Hi, this will be the first but not the last cry for help. We are new members to wild camping as well as new to motorhome owning.
we have bought a motor home which has a omnistor 5002 awning attached, we didnt have a clue what it was at first but we learn quickly...not! 
We opened it up but it seems " too loose" we wound it out as far as it would go but it had no tension in the fabric can anyone help,,,many thanks D&P


----------



## Deleted member 967 (Jul 27, 2010)

patden said:


> Hi, this will be the first but not the last cry for help. We are new members to wild camping as well as new to moorhome owning.
> we have bought a motor home which has a omnistor 5002 awning attached, we didnt have a clue what it was at first but we learn quickly...not!
> We opened it up but it seems " too loose" we wound it out as far as it would go but it had no tension in the fabric can anyone help,,,many thanks D&P



When you wind out your awning only go as far as you need to be able to reach and unclip the legs from the canopy.  Attach the legs to the points on the side of the van or put them on the ground, at an angle towards where the awning will finish up.  This will save to much force being applied to the wind out mechanism.
Continue to wind the awning out to the desired width.  Set the tension rafter if you have one.  It is a sprung pole that goes between the side of the van and the canopy.   Then set the legs into the correct position and to the desired height.  Then wind the awning back in to get tension on the fabric.  You will never get the sides to be tight and they will flap in a breeze.

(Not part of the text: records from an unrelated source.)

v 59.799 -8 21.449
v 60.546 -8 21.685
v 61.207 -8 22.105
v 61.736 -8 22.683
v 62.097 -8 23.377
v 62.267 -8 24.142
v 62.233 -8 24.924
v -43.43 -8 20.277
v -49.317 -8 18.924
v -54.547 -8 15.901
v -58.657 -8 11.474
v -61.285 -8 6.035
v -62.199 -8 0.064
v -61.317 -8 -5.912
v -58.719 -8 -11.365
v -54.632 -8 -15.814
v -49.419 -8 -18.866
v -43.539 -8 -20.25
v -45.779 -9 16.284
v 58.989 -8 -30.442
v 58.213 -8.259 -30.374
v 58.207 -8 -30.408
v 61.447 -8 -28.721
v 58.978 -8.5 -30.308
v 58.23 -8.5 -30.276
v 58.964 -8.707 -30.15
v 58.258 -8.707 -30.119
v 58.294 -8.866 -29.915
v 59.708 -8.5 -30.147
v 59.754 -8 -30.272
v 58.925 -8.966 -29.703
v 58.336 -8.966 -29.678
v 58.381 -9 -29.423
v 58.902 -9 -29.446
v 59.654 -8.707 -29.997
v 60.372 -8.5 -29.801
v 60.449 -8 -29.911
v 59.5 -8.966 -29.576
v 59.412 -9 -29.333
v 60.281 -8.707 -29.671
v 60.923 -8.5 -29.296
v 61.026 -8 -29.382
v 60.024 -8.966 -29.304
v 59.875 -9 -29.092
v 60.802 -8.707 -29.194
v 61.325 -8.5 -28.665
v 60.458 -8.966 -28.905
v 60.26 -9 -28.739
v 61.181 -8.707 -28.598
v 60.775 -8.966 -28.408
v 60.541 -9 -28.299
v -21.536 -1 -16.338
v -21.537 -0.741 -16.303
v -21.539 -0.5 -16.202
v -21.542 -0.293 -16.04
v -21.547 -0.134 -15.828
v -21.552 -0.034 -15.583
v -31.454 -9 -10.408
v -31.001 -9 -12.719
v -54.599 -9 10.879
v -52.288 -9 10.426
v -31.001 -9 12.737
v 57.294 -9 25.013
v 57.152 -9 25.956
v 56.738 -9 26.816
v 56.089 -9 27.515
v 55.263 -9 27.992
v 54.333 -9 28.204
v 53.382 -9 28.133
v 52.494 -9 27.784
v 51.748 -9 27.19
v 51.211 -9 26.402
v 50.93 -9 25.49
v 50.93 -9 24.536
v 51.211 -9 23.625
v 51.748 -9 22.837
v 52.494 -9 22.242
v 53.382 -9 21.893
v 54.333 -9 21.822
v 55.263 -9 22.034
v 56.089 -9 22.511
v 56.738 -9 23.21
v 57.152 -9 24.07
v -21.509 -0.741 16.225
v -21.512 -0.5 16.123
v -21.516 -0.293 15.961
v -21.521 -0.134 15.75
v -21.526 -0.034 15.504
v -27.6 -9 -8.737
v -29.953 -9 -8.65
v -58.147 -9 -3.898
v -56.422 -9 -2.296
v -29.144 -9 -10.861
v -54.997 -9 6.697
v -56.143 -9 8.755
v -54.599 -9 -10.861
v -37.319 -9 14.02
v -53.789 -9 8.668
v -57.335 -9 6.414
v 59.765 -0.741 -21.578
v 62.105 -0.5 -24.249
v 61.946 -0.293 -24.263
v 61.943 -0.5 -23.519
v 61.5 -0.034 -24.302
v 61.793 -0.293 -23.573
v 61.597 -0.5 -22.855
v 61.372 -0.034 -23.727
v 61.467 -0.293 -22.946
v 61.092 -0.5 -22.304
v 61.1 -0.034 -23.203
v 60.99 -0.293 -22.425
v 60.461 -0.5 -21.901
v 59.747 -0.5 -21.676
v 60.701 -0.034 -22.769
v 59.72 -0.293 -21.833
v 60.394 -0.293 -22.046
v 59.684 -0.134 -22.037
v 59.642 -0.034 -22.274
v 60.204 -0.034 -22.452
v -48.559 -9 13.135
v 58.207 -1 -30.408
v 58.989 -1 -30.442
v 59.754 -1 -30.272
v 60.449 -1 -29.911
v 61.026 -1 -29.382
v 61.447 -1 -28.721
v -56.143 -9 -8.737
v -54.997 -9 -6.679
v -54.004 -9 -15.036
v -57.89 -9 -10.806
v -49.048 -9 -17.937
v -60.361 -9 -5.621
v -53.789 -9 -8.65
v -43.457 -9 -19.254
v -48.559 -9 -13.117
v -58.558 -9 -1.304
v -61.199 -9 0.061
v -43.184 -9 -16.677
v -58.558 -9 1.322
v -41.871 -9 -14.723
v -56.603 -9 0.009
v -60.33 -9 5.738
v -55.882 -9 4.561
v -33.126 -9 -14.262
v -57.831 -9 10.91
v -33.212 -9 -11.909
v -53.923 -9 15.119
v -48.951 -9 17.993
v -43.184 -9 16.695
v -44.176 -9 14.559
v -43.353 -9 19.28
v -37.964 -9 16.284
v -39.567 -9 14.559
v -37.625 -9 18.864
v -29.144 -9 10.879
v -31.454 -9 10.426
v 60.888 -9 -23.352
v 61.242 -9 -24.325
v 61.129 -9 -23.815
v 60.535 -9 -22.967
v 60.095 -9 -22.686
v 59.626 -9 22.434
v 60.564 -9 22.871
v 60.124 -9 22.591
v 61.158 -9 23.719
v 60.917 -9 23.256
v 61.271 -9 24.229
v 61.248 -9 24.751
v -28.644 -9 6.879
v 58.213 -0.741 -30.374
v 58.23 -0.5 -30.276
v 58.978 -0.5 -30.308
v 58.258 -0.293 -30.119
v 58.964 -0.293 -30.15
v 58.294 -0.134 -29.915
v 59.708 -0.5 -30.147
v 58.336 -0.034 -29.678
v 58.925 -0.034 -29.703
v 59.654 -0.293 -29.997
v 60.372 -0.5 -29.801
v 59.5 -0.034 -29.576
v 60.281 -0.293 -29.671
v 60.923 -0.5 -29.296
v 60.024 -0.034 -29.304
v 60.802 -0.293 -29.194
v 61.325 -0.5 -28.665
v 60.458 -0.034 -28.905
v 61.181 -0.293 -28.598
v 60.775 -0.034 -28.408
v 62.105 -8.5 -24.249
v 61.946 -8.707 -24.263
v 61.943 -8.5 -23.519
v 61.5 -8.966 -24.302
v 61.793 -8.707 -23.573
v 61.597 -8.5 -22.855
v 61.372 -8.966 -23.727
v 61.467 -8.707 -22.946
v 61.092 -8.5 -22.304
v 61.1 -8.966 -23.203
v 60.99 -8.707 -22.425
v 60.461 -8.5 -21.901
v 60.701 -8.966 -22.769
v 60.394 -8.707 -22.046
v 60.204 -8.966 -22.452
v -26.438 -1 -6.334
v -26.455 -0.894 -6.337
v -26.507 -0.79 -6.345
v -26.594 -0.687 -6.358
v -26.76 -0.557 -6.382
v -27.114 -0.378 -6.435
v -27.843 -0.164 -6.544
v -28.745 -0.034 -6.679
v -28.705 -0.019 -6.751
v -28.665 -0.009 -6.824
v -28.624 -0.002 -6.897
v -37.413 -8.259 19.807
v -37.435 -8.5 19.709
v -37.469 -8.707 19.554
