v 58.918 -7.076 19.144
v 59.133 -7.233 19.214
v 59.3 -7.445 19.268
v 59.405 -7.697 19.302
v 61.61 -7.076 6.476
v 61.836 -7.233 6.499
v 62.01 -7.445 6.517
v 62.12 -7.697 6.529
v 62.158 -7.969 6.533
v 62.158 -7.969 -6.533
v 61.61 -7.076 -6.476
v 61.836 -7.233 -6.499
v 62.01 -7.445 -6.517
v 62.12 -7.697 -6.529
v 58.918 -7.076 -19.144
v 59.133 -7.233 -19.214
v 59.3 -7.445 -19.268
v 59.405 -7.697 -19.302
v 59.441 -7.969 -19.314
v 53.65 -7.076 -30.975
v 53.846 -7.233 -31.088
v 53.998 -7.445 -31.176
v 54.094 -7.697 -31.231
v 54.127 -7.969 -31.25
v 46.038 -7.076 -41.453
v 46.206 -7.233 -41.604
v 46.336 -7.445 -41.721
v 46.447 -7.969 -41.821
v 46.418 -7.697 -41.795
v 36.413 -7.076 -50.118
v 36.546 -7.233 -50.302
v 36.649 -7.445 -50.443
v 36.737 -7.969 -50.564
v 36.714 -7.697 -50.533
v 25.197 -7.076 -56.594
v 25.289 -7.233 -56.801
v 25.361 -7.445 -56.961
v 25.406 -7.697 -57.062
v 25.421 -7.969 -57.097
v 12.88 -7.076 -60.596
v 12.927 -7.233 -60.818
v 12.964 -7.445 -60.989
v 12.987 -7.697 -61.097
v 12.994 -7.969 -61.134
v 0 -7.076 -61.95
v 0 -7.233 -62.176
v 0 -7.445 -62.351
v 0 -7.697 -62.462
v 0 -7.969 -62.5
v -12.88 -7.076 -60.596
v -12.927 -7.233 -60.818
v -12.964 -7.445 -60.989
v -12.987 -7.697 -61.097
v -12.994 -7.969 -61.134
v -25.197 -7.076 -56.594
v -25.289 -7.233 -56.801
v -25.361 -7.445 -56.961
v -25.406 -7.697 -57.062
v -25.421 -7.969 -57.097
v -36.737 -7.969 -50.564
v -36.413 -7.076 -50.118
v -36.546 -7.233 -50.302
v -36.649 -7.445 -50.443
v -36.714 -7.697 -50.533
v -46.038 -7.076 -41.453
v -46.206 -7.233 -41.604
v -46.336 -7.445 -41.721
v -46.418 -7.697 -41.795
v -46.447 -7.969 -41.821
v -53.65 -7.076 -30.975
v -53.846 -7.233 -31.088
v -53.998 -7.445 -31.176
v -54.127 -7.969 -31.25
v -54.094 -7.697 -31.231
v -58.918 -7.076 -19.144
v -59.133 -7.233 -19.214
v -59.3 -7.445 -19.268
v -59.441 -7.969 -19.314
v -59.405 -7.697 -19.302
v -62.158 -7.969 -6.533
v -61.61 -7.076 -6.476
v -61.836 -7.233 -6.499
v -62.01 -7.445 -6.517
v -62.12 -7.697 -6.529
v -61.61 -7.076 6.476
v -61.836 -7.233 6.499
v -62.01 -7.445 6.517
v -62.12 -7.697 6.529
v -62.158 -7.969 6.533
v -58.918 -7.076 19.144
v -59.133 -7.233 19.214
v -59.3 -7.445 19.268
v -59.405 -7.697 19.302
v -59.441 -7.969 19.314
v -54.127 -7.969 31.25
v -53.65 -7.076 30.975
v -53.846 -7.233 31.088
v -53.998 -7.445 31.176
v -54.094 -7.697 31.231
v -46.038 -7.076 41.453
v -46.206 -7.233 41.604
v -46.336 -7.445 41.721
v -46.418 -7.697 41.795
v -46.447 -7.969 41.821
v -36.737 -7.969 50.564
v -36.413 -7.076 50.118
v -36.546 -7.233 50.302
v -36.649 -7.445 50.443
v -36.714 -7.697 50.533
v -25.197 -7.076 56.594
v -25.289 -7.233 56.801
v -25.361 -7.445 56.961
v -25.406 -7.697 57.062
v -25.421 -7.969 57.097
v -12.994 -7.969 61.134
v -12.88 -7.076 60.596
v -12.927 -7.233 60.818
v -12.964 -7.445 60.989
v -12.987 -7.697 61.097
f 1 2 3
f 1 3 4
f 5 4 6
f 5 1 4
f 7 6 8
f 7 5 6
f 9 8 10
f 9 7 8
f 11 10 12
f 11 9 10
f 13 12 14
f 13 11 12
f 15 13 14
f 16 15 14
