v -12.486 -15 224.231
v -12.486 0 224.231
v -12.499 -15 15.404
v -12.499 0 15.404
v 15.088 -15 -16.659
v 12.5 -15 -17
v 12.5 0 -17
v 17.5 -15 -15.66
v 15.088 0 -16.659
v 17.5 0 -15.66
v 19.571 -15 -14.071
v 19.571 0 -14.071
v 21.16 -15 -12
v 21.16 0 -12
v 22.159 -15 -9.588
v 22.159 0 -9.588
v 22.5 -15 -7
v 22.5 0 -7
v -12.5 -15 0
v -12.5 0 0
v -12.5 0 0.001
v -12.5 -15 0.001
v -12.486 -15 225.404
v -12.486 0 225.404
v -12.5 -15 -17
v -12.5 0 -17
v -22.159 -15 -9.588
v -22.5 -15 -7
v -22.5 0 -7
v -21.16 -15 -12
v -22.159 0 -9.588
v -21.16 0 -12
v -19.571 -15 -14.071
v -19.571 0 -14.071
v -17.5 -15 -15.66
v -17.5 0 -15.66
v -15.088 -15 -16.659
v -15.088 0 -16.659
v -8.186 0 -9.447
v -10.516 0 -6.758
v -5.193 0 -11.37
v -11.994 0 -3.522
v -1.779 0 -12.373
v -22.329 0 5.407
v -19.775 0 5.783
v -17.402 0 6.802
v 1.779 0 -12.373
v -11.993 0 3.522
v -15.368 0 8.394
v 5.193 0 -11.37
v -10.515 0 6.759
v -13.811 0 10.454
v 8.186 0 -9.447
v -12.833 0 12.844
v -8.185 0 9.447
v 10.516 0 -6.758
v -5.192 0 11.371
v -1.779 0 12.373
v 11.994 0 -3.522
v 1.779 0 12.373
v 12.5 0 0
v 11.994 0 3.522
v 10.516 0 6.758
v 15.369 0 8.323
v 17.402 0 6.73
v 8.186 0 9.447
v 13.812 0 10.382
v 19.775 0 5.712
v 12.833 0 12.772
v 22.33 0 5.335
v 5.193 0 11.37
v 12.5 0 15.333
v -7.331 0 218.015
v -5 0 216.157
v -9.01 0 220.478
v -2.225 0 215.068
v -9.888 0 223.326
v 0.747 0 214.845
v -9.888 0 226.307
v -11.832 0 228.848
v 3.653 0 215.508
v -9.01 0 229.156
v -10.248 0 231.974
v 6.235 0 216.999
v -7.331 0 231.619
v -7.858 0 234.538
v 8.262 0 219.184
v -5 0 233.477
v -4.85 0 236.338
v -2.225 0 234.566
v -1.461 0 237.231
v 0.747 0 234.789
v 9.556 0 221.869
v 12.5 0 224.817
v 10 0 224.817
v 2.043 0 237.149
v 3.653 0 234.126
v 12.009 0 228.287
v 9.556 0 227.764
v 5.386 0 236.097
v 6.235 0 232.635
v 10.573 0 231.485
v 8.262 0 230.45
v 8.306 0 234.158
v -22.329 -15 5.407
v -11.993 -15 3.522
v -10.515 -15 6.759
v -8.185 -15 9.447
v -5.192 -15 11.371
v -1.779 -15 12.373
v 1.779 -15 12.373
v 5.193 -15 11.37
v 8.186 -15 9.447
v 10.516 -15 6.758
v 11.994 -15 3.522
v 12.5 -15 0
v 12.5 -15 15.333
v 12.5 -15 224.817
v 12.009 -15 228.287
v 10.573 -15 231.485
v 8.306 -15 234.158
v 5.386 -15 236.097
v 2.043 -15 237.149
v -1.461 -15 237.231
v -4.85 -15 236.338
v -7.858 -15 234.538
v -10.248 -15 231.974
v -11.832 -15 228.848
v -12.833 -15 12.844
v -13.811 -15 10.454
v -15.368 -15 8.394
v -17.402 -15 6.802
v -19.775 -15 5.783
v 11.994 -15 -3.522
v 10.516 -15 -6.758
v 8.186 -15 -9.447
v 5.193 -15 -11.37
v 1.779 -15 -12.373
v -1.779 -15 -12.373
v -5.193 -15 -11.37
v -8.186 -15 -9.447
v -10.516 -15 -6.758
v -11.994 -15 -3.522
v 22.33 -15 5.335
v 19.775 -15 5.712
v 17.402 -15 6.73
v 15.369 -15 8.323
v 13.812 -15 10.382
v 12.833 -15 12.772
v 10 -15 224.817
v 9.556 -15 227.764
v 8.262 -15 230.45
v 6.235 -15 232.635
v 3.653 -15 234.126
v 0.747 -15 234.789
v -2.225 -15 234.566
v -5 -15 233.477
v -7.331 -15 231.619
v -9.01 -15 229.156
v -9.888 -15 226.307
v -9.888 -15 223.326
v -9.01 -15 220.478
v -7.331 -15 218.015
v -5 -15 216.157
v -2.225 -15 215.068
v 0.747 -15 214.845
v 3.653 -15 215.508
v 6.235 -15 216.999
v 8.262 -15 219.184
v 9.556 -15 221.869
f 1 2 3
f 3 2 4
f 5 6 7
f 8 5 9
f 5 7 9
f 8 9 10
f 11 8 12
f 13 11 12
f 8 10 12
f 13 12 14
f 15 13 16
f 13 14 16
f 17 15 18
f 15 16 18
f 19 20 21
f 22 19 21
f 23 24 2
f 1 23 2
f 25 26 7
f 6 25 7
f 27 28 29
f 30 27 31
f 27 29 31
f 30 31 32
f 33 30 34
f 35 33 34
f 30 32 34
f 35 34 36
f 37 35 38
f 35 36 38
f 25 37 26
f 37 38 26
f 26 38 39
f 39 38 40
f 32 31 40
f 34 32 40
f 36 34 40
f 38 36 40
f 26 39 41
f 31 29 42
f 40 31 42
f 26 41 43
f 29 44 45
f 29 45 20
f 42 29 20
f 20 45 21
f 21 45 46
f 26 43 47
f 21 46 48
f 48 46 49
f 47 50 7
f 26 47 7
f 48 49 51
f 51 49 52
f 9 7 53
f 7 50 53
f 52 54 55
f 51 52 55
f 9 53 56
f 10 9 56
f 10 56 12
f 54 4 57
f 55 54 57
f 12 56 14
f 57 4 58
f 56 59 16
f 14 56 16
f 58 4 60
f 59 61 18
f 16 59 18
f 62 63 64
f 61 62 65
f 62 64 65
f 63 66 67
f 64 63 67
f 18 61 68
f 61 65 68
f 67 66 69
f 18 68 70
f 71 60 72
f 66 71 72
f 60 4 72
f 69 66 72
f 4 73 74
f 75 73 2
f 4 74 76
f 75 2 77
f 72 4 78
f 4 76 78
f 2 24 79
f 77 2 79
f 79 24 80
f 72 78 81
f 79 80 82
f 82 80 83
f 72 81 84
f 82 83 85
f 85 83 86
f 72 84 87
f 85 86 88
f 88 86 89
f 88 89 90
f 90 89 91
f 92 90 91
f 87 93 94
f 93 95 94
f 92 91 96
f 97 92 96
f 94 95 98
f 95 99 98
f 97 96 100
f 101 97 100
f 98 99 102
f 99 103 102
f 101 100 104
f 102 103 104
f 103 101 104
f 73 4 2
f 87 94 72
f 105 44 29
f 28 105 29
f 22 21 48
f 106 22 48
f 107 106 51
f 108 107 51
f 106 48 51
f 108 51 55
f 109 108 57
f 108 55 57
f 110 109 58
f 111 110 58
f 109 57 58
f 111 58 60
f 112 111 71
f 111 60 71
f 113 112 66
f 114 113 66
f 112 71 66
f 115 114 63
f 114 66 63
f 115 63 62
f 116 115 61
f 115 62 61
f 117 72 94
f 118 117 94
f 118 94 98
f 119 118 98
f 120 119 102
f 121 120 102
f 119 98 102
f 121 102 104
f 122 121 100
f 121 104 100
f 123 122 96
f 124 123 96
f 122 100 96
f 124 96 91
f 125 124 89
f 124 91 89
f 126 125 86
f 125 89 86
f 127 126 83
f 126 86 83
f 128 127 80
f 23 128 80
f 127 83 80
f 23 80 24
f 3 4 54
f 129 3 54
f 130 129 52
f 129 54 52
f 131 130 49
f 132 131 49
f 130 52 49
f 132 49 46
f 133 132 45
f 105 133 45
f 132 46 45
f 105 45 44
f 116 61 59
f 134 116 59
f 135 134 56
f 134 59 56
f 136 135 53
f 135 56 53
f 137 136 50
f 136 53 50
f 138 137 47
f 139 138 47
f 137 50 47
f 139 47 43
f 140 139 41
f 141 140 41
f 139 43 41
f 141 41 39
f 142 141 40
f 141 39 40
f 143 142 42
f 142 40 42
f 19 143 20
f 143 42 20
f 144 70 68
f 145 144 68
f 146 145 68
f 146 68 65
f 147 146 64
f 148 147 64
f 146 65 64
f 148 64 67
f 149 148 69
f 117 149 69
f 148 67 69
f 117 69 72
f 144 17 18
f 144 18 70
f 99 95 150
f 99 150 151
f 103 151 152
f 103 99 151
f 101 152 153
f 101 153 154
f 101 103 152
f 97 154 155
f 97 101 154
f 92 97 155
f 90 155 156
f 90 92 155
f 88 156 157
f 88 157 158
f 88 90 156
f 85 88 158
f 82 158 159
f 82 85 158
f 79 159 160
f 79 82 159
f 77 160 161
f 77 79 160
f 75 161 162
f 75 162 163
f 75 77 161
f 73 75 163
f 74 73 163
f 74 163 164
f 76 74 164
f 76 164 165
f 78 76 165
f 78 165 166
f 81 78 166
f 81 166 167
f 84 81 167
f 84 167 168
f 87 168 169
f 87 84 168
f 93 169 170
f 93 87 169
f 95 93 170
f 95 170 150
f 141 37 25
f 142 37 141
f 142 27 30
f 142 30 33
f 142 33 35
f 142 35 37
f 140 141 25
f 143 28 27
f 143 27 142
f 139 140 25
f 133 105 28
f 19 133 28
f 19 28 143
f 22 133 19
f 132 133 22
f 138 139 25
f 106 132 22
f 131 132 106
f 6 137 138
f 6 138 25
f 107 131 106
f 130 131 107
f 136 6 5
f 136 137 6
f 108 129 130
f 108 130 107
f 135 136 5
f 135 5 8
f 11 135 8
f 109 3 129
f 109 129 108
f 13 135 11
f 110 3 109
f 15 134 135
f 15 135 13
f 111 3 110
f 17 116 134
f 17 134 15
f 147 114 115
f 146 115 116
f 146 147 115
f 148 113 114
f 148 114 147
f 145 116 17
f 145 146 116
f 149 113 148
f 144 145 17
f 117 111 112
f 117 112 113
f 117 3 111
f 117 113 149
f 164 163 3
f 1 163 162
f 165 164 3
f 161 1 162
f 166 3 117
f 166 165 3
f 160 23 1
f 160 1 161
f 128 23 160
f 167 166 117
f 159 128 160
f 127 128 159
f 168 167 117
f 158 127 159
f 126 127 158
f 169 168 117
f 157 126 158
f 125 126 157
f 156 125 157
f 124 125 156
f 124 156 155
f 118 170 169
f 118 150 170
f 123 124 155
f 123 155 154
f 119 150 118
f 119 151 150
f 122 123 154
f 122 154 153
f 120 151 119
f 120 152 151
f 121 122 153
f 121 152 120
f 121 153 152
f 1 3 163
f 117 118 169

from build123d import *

# Parameters (mm, degrees)
F0_R     = 10
F1_DEPTH = 15


# Not quite as in the source:
# - a feature names something its author has since deleted; it is built from what else it names


with BuildPart() as f1:
    # F0 (on Front) → F1 (new body)
    with BuildSketch(Plane.XZ):
        with BuildLine():
            ThreePointArc((-12.4862537895, 224.2308067578), (0.2931105859, 212.3203037661), (12.5, 224.8168667409))
            ThreePointArc((12.5, 224.8168667409), (0.293876674, 237.3134117235), (-12.4861818401, 225.404457633))
            Line((-12.4861818401, 225.404457633), (-12.4862537895, 224.2308067578))
        make_face()
        with Locations((0, 224.8168667409)):
            Circle(F0_R, mode=Mode.SUBTRACT)
        with BuildLine():
            Line((12.5, 15.3332800892), (12.5, 224.8168667409))
            ThreePointArc((12.5, 224.8168667409), (0.2931105859, 212.3203037661), (-12.4862537895, 224.2308067578))
            Line((-12.4862537895, 224.2308067578), (-12.4990556694, 15.4044580276))
            ThreePointArc((-12.4990556694, 15.4044580276), (-15.36849483, 8.3940010786), (-22.3294631759, 5.4065092509))
            Line((-22.3294631759, 5.4065092509), (-22.5, -7))
            ThreePointArc((-22.5, -7), (-19.5710678119, -14.0710678119), (-12.5, -17))
            Line((-12.5, -17), (12.5, -17))
            ThreePointArc((12.5, -17), (19.5710678119, -14.0710678119), (22.5, -7))
            Line((22.5, -7), (22.3300547766, 5.3347242624))
            ThreePointArc((22.3300547766, 5.3347242624), (15.3691006095, 8.3225544574), (12.5, 15.3332800892))
        make_face()
        with BuildLine():
            ThreePointArc((-12.4999999765, 0.0007662994), (0.0003831497, 12.4999999941), (12.5, 0))
            ThreePointArc((12.5, 0), (0, -12.5), (-12.5, 0))
            Line((-12.5000000235, 0), (-12.4999999765, 0.0007662994))
        make_face(mode=Mode.SUBTRACT)
    extrude(amount=F1_DEPTH)


solid = f1.part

If you have any problems of need information contact the importers

Omnistor Awnings - Providers of Awnings, Safari Rooms, Bike Carriers, Omnistor spares and accessories.

Rose Awnings
Unit 10, 565 Blandford Road,
Poole
Dorset
United Kingdom
BH16 5BW
Phone no. 01202 620427

*WARNING*

Make sure you peg the legs down as the awning can lift and be damaged even in a slight breeze.   I would also use a tie-down strap across the canvas above the legs or pass it over the rafter beams to keep it down in a stronger wind.

I speak from experience as I have had an awning and Safari room take off on me despite being tied down.  This broke the awning from the side of the van and took it over the top of the van.  This wrecked the status antenna but worse still snapped the 1" drive shaft in the satellite dish.

Now I wind my awning in at the first sign of it being affected by wind.


----------